Yeap,I do treat em like "krap" aka crap.. That's why I use diawas (slooshes and saltists) now..


----------



## Al Kai (Jan 8, 2007)

BeachBob said:


> as much as some folks beat up on the "veneral m1 squiddah", that crank sure has taken in a lotta fish during its heyday ... heck, still does today. ever look at some olde tyme surfcaster pics from the 50's and 60's? look at those stout, but by today's standards, short poles with maybe 3 or 4 guides and a tip top, with a squiddah or jigmeister bolted on a cork or wrapped cord handle. man, those were the horse 'n' buggy dayze ... and here we are with our whiz bang 12' long, uber light sticks and super slick 200 yard casting reels that are tricked out so that even a newbie can make a nest-free cast every time. yeesh, gimme the good ol' dayze and birds nests on every 10th cast. .... NOT!
> 
> back on topic - all of the reels mentioned have good 'n' not-so-good capabilities. all will get the job done if you let them and don't treat them like krap.


I use my Penn 140 Squidder.
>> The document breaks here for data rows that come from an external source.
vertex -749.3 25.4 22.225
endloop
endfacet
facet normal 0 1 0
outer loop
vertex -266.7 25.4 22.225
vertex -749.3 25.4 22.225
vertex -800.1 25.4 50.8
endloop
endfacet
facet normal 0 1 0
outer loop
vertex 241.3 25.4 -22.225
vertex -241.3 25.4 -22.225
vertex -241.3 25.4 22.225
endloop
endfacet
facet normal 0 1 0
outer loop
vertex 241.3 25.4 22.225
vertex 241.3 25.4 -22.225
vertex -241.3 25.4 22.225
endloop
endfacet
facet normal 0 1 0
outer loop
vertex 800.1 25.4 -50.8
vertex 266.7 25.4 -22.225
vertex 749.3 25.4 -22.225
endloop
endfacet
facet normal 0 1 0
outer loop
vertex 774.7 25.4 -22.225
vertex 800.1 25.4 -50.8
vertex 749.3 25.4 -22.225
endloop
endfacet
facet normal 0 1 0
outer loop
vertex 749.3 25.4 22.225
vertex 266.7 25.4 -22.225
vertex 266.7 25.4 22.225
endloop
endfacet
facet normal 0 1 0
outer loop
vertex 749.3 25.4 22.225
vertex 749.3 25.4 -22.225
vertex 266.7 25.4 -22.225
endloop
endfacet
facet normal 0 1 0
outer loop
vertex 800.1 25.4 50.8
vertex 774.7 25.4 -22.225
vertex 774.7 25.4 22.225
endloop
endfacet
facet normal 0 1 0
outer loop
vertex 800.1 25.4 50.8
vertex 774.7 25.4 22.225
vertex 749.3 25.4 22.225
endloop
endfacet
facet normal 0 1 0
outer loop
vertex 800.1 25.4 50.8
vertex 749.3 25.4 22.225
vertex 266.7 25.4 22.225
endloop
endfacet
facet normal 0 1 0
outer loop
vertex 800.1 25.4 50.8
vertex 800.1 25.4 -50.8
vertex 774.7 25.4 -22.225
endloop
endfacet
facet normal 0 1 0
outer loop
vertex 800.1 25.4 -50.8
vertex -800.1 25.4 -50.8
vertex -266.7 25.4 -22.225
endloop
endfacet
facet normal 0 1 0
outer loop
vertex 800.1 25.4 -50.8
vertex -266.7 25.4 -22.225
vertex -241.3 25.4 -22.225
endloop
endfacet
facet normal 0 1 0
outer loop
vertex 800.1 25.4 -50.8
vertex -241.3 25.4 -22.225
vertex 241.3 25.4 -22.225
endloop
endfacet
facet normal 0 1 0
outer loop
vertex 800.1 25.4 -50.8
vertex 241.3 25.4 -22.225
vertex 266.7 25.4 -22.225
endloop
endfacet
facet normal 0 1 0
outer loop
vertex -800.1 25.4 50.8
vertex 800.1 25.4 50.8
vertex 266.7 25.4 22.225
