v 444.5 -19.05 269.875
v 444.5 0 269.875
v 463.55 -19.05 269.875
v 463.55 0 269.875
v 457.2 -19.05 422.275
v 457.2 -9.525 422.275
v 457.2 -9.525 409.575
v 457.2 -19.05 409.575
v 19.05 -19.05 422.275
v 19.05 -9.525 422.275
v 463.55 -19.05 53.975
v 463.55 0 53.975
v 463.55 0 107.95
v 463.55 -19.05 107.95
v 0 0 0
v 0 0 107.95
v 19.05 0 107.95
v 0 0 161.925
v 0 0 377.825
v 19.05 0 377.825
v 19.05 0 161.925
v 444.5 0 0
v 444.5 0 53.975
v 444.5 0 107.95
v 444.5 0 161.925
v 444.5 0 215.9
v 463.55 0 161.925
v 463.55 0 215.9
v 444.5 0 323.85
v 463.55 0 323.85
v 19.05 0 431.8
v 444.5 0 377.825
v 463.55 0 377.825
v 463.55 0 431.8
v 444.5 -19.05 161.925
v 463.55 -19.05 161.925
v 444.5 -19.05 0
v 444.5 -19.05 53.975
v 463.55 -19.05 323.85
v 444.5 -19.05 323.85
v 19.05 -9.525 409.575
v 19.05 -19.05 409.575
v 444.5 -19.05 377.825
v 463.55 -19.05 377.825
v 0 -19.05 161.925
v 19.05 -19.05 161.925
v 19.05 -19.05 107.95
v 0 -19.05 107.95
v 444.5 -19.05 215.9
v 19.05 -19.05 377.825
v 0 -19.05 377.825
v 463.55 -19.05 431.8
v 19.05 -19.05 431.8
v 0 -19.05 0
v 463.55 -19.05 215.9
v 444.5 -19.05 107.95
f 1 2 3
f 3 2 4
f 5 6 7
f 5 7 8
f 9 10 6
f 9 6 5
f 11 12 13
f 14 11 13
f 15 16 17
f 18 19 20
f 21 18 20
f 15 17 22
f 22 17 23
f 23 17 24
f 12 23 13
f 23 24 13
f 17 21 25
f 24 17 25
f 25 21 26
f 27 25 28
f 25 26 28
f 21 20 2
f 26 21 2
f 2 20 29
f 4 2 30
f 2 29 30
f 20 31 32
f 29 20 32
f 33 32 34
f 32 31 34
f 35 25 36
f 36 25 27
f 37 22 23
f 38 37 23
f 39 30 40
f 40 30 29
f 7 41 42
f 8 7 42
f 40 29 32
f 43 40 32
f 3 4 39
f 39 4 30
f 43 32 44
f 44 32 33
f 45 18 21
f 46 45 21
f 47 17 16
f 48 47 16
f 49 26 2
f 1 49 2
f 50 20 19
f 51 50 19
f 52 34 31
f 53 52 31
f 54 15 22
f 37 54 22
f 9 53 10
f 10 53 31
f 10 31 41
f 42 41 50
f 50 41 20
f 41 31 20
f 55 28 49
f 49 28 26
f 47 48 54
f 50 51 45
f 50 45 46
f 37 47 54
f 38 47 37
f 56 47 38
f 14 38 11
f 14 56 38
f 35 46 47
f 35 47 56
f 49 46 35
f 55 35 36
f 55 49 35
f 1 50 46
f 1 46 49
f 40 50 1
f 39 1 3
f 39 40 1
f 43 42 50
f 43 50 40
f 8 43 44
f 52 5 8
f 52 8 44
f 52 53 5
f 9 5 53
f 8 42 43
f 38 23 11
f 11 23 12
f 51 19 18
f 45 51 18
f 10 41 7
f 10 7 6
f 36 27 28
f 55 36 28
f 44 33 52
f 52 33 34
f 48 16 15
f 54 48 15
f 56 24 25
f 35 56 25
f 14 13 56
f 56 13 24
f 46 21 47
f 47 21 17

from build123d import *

# Parameters (mm, degrees)
F1_DEPTH = 19.05
F2_W     = 9.525
F2_H     = 12.7
F3_DEPTH = 438.15


with BuildPart() as f1:
    # F0 (on Front) → F1 (new body)
    with BuildSketch(Plane.XZ):
        Polygon((0, 107.95), (0, 0), (444.5, 0), (444.5, 53.975), (463.55, 53.975), (463.55, 107.95), (444.5, 107.95), (444.5, 161.925), (463.55, 161.925), (463.55, 215.9), (444.5, 215.9), (444.5, 269.875), (463.55, 269.875), (463.55, 323.85), (444.5, 323.85), (444.5, 377.825), (463.55, 377.825), (463.55, 431.8), (19.05, 431.8), (19.05, 377.825), (0, 377.825), (0, 161.925), (19.05, 161.925), (19.05, 107.95), align=None)
    extrude(amount=F1_DEPTH)

    # F2 (on face) → F3 (cut)
    with BuildSketch(Plane(origin=(19.05, 0, 0), x_dir=(0, -1, 0), z_dir=(-1, 0, 0))):
        with Locations((14.2875, 415.925)):
            Rectangle(F2_W, F2_H)
    extrude(amount=-F3_DEPTH, mode=Mode.SUBTRACT)


solid = f1.part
I also use a Penn mag power 980.
These things are tanks and can hold an ample amount of 30 pound mono.

For throwing light stuff I use an Abu Garcia Blue Yonder with 15 pound mono.


----------



## fish bucket (Dec 5, 2002)

drumdum,i must say if i had your luck with penns i wouldn't like them either.
fortunately i have had great luck with penn reels.
for well over 40 years i have been using penn reels and i can't remember a really bad one.
i'm sure they made some junk and still do make some junk but if you stick to the mid level reels and above they will stand the test of time.
there are more old penns still being used then all other brands combined(thats a guess so don't quote it as fact)
daiwa makes some low end crap too along with their good stuff.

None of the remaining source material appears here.